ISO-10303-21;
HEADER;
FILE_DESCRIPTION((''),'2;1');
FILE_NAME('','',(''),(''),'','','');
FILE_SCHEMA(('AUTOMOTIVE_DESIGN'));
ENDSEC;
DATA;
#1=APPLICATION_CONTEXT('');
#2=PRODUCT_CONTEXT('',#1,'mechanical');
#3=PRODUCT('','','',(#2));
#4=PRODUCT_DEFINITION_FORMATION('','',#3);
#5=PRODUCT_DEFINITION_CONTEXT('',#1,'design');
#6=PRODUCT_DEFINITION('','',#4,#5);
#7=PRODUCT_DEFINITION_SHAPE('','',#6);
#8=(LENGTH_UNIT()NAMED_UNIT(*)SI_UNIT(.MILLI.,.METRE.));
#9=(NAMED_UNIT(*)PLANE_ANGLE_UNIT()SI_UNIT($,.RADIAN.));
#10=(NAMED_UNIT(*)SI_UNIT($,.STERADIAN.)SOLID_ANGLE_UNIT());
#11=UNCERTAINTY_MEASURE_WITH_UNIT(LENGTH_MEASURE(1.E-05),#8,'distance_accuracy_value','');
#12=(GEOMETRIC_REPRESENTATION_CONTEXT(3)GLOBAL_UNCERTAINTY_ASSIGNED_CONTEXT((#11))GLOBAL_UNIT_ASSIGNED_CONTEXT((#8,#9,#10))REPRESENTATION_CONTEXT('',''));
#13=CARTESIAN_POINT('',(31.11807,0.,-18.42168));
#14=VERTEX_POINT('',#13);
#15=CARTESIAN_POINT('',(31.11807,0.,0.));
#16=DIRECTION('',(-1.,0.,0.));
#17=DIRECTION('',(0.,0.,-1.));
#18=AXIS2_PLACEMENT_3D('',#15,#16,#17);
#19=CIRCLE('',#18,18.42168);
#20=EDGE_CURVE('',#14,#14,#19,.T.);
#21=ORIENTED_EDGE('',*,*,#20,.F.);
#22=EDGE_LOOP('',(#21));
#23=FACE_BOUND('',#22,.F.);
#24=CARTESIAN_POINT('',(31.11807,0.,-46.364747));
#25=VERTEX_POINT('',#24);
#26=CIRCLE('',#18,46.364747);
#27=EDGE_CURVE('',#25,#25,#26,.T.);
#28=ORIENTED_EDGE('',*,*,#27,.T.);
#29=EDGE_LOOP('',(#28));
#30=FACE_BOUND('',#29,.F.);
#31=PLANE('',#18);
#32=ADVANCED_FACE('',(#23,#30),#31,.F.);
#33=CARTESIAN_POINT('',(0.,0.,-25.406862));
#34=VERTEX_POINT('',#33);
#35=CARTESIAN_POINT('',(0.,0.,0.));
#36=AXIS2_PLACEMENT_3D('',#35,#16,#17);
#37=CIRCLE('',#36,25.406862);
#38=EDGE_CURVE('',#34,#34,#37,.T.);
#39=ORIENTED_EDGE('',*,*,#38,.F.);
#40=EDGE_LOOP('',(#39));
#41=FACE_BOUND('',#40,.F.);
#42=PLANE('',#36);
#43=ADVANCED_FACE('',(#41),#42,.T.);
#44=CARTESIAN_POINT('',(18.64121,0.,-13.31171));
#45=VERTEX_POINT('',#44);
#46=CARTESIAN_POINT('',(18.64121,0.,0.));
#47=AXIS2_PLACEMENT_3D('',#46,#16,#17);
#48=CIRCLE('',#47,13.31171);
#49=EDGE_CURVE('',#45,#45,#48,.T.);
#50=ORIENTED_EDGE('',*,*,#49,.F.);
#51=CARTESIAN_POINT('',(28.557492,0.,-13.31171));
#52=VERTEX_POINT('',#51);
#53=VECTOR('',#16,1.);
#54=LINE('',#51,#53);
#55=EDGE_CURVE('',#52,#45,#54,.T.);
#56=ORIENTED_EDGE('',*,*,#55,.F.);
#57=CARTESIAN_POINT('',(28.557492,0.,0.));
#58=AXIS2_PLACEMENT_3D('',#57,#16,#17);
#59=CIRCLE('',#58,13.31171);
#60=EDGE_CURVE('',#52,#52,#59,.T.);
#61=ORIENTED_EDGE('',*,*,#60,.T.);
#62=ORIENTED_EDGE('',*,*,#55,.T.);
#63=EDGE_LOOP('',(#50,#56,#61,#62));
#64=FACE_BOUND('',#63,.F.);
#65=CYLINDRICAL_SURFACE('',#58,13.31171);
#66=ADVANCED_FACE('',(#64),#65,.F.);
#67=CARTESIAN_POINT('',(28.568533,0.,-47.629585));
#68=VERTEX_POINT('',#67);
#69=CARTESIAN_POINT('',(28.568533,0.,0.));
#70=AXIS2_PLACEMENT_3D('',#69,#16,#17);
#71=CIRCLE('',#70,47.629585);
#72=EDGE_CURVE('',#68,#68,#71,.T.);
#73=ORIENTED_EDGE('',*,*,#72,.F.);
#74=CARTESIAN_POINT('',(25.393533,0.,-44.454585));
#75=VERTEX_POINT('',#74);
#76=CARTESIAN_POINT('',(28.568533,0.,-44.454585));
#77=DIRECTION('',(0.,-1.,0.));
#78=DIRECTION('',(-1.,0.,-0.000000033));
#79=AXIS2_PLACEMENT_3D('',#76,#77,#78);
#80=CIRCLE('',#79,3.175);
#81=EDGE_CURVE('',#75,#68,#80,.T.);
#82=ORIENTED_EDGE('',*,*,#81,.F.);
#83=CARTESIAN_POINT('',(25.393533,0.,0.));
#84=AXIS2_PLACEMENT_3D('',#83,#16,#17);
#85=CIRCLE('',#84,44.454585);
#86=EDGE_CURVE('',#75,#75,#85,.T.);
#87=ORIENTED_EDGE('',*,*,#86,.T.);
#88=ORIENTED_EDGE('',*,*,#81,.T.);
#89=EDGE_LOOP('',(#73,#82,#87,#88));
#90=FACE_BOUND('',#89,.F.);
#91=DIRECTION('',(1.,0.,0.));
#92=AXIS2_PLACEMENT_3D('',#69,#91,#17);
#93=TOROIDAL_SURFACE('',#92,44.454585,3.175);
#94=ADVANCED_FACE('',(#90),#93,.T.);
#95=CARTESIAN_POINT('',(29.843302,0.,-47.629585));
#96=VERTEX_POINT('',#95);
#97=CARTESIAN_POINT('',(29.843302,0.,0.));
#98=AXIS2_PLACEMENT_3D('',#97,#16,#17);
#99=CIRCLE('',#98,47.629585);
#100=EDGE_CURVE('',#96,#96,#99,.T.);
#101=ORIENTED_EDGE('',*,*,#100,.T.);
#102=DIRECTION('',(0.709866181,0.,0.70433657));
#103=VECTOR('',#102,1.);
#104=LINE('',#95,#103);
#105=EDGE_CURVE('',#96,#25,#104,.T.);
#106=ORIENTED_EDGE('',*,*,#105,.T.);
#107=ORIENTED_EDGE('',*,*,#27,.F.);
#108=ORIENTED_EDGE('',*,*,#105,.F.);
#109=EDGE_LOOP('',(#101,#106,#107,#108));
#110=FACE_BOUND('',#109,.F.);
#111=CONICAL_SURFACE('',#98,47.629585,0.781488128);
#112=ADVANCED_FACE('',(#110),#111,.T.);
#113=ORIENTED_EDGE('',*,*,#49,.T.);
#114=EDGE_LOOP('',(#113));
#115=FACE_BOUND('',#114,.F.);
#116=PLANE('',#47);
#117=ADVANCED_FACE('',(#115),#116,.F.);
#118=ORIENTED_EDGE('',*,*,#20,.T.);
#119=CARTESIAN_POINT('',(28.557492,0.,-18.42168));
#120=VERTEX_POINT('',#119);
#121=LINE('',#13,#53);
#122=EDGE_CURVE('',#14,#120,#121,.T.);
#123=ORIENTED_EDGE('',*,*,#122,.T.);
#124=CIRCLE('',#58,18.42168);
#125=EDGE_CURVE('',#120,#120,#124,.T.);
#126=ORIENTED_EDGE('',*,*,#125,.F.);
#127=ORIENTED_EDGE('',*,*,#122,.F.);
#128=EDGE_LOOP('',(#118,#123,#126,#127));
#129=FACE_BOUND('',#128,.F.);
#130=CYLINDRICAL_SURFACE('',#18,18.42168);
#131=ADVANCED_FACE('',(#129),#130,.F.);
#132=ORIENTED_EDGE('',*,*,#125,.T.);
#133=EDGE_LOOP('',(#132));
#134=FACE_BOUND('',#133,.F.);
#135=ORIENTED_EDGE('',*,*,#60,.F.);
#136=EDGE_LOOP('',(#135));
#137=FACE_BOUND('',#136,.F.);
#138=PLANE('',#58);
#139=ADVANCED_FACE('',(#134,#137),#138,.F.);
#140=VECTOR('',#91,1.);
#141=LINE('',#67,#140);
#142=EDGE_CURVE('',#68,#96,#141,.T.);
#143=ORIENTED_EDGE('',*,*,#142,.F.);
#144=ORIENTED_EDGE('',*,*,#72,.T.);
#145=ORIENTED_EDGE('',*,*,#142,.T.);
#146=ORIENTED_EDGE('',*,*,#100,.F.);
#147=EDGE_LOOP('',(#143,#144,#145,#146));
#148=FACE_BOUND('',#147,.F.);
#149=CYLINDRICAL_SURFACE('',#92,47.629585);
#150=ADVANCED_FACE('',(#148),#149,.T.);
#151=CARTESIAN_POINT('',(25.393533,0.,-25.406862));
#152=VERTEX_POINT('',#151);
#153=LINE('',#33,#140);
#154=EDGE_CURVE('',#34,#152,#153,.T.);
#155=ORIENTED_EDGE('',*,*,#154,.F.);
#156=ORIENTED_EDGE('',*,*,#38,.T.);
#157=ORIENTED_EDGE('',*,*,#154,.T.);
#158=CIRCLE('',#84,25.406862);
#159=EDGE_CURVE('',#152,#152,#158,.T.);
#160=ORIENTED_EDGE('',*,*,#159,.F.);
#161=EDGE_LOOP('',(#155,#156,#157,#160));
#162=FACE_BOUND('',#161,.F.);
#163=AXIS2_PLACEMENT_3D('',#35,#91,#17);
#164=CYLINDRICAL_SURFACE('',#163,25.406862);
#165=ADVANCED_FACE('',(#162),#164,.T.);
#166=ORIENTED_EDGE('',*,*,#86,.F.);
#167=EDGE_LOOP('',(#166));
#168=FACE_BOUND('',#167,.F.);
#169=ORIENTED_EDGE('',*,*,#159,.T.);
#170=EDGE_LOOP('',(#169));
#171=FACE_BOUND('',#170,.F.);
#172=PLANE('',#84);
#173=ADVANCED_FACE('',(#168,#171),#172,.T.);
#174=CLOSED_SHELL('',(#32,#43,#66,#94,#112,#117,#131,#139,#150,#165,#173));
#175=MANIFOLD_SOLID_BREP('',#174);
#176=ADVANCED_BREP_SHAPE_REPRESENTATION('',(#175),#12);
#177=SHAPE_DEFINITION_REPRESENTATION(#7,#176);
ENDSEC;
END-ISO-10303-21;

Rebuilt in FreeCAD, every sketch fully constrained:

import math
import FreeCAD as App
import Part
import Sketcher
from FreeCAD import Vector
Q = App.Units.Quantity

doc = App.newDocument("Part")
body = doc.addObject("PartDesign::Body", "Body")

# Sketch on XZ plane
sketch1 = body.newObject("Sketcher::SketchObject", "Sketch")
sketch1.AttachmentSupport = (doc.getObject("XZ_Plane"), [""])
sketch1.MapMode = "FlatFace"
sketch1.addGeometry([
    Part.LineSegment(Vector(18.6, 0, 0), Vector(0, 0, 0)),  # 0
    Part.LineSegment(Vector(0, 0, 0), Vector(0, -25.4, 0)),  # 1
    Part.LineSegment(Vector(0, -25.4, 0), Vector(25.4, -25.4, 0)),  # 2
    Part.LineSegment(Vector(25.4, -25.4, 0), Vector(25.4, -44.5, 0)),  # 3
    Part.ArcOfCircle(Part.Circle(Vector(28.6, -44.5, 0), Vector(0, 0, 1), 3.2), math.radians(-180), math.radians(-90)),  # 4
    Part.LineSegment(Vector(28.6, -47.6, 0), Vector(29.8, -47.6, 0)),  # 5
    Part.LineSegment(Vector(29.8, -47.6, 0), Vector(31.1, -46.4, 0)),  # 6
    Part.LineSegment(Vector(31.1, -46.4, 0), Vector(31.1, -18.4, 0)),  # 7
    Part.LineSegment(Vector(31.1, -18.4, 0), Vector(28.6, -18.4, 0)),  # 8
    Part.LineSegment(Vector(28.6, -18.4, 0), Vector(28.6, -13.3, 0)),  # 9
    Part.LineSegment(Vector(28.6, -13.3, 0), Vector(18.6, -13.3, 0)),  # 10
    Part.LineSegment(Vector(18.6, -13.3, 0), Vector(18.6, 0, 0)),  # 11
], False)
sketch1.addConstraint([
    Sketcher.Constraint("Coincident", 0, 2, 1, 1),
    Sketcher.Constraint("Coincident", 1, 2, 2, 1),
    Sketcher.Constraint("Coincident", 2, 2, 3, 1),
    Sketcher.Constraint("Tangent", 3, 2, 4, 1),
    Sketcher.Constraint("Tangent", 4, 2, 5, 1),
    Sketcher.Constraint("Coincident", 5, 2, 6, 1),
    Sketcher.Constraint("Coincident", 6, 2, 7, 1),
    Sketcher.Constraint("Coincident", 7, 2, 8, 1),
    Sketcher.Constraint("Coincident", 8, 2, 9, 1),
    Sketcher.Constraint("Coincident", 9, 2, 10, 1),
    Sketcher.Constraint("Coincident", 10, 2, 11, 1),
    Sketcher.Constraint("Coincident", 11, 2, 0, 1),
    Sketcher.Constraint("Horizontal", 0),
    Sketcher.Constraint("Vertical", 1),
    Sketcher.Constraint("Horizontal", 2),
    Sketcher.Constraint("Vertical", 3),
    Sketcher.Constraint("Horizontal", 5),
    Sketcher.Constraint("Vertical", 7),
    Sketcher.Constraint("Horizontal", 8),
    Sketcher.Constraint("Vertical", 9),
    Sketcher.Constraint("Horizontal", 10),
    Sketcher.Constraint("Vertical", 11),
    Sketcher.Constraint("Coincident", 0, 2, -1, 1),
    Sketcher.Constraint("Radius", 4, Q("0.125 in")),
    Sketcher.Constraint("DistanceX", 0, 2, 0, 1, Q("18.64121 mm")),
    Sketcher.Constraint("DistanceX", 5, 1, 5, 2, Q("1.274769 mm")),
    Sketcher.Constraint("DistanceX", 10, 2, 10, 1, Q("9.916282 mm")),
    Sketcher.Constraint("DistanceY", 1, 2, 1, 1, Q("25.406862 mm")),
    Sketcher.Constraint("DistanceY", 9, 1, 9, 2, Q("5.10997 mm")),
    Sketcher.Constraint("DistanceY", 11, 1, 11, 2, Q("13.31171 mm")),
    Sketcher.Constraint("DistanceX", 2, 1, 2, 2, Q("25.393533 mm")),
    Sketcher.Constraint("DistanceX", 8, 2, 8, 1, Q("2.560578 mm")),
    Sketcher.Constraint("DistanceY", 3, 2, 3, 1, Q("19.047723 mm")),
    Sketcher.Constraint("DistanceY", 7, 1, 7, 2, Q("27.943067 mm")),
])
revolution = body.newObject("PartDesign::Revolution", "Revolution")
revolution.Profile = sketch1
revolution.ReferenceAxis = (sketch1, ["H_Axis"])
revolution.Angle = 360

doc.recompute()
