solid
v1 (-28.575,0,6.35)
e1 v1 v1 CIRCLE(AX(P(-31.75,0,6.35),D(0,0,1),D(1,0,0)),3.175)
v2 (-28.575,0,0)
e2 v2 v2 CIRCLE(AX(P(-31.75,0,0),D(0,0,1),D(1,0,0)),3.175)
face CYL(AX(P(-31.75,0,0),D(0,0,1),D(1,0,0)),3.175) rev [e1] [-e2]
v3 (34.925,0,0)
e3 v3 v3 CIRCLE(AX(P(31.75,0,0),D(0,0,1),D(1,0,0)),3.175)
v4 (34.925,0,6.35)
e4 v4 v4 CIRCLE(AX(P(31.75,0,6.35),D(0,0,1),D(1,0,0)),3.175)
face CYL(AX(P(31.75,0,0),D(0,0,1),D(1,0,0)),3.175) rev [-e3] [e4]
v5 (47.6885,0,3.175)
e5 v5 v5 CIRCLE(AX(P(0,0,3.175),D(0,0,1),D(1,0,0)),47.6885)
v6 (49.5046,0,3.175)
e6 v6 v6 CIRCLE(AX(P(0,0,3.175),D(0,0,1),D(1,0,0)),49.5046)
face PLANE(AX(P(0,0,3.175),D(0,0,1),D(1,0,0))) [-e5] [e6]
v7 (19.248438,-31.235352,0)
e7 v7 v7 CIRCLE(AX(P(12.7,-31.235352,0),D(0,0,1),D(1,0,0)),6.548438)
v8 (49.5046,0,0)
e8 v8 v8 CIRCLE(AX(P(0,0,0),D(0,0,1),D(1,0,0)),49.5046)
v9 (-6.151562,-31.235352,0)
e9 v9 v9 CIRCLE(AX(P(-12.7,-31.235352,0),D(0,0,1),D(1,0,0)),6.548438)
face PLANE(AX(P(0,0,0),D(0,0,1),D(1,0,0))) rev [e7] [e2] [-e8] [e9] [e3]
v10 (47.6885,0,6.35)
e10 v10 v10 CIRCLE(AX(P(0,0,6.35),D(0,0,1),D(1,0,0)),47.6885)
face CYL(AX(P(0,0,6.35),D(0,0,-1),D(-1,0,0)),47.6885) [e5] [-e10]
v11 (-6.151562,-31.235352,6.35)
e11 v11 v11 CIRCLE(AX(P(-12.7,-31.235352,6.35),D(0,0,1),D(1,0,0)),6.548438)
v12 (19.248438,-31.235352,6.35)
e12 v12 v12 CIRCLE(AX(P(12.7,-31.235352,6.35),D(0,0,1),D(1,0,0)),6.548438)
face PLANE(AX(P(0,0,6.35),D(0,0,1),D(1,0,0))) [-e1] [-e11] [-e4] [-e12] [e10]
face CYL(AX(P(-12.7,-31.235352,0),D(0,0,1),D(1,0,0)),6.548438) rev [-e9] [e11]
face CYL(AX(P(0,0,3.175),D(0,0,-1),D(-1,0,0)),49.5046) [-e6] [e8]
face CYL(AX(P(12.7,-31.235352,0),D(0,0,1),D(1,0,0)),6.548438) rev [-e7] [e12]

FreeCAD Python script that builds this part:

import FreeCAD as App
import Part
import Sketcher
Q = App.Units.Quantity

doc = App.newDocument("Part")
body = doc.addObject("PartDesign::Body", "Body")

# Sketch on XY plane
sketch1 = body.newObject("Sketcher::SketchObject", "Sketch")
sketch1.AttachmentSupport = (doc.getObject("XY_Plane"), [""])
sketch1.MapMode = "FlatFace"
sketch1.addGeometry(Part.Circle(App.Vector(0, 0, 0), App.Vector(0, 0, 1), 50), False)
sketch1.addConstraint([
    Sketcher.Constraint("Coincident", 0, 3, -1, 1),
    Sketcher.Constraint("Diameter", 0, Q("3.898 in")),
])
pad1 = body.newObject("PartDesign::Pad", "Pad")
pad1.Profile = sketch1
pad1.Length = Q("0.125 in")

# Sketch on XY plane
sketch2 = body.newObject("Sketcher::SketchObject", "Sketch001")
sketch2.AttachmentSupport = (doc.getObject("XY_Plane"), [""])
sketch2.MapMode = "FlatFace"
sketch2.AttachmentOffset = App.Placement(App.Vector(0, 0, 0.125 * 25.4), App.Rotation())
sketch2.addGeometry(Part.Circle(App.Vector(0, 0, 0), App.Vector(0, 0, 1), 48), False)
sketch2.addConstraint([
    Sketcher.Constraint("Coincident", 0, 3, -1, 1),
    Sketcher.Constraint("Diameter", 0, Q("3.755 in")),
])
pad2 = body.newObject("PartDesign::Pad", "Pad001")
pad2.Profile = sketch2
pad2.Length = Q("0.125 in")

# Sketch on XY plane
sketch3 = body.newObject("Sketcher::SketchObject", "Sketch002")
sketch3.AttachmentSupport = (doc.getObject("XY_Plane"), [""])
sketch3.MapMode = "FlatFace"
sketch3.AttachmentOffset = App.Placement(App.Vector(0, 0, 0.25 * 25.4), App.Rotation())
sketch3.addGeometry([
    Part.Circle(App.Vector(-12.7, -31.2, 0), App.Vector(0, 0, 1), 6.5),
    Part.Circle(App.Vector(12.7, -31.2, 0), App.Vector(0, 0, 1), 6.5),
    Part.Circle(App.Vector(-31.8, 0, 0), App.Vector(0, 0, 1), 3.2),
    Part.Circle(App.Vector(31.8, 0, 0), App.Vector(0, 0, 1), 3.2),
], False)
sketch3.addConstraint([
    Sketcher.Constraint("Equal", 0, 1),
    Sketcher.Constraint("Equal", 2, 3),
    Sketcher.Constraint("Symmetric", 2, 3, 3, 3, -1, 1),
    Sketcher.Constraint("Symmetric", 0, 3, 1, 3, -2),
    Sketcher.Constraint("PointOnObject", 2, 3, -1),
    Sketcher.Constraint("Diameter", 2, Q("0.25 in")),
    Sketcher.Constraint("Diameter", 0, Q("0.515625 in")),
    Sketcher.Constraint("DistanceX", 0, 3, 1, 3, Q("1 in")),
    Sketcher.Constraint("DistanceX", 2, 3, 3, 3, Q("2.5 in")),
    Sketcher.Constraint("DistanceY", 0, 3, -1, 1, 31.235352),
])
pocket1 = body.newObject("PartDesign::Pocket", "Pocket")
pocket1.Profile = sketch3
pocket1.Type = "ThroughAll"

doc.recompute()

- [TASK STATEMENT]: Only the lines from the beginning of the entries through the line bearing "#3=PRODUCT('','','',(#2));" should be returned, each exactly as written.

- [ANSWER SPACE]:
ISO-10303-21;
HEADER;
FILE_DESCRIPTION((''),'2;1');
FILE_NAME('','',(''),(''),'','','');
FILE_SCHEMA(('AUTOMOTIVE_DESIGN'));
ENDSEC;
DATA;
#1=APPLICATION_CONTEXT('');
#2=PRODUCT_CONTEXT('',#1,'mechanical');
#3=PRODUCT('','','',(#2));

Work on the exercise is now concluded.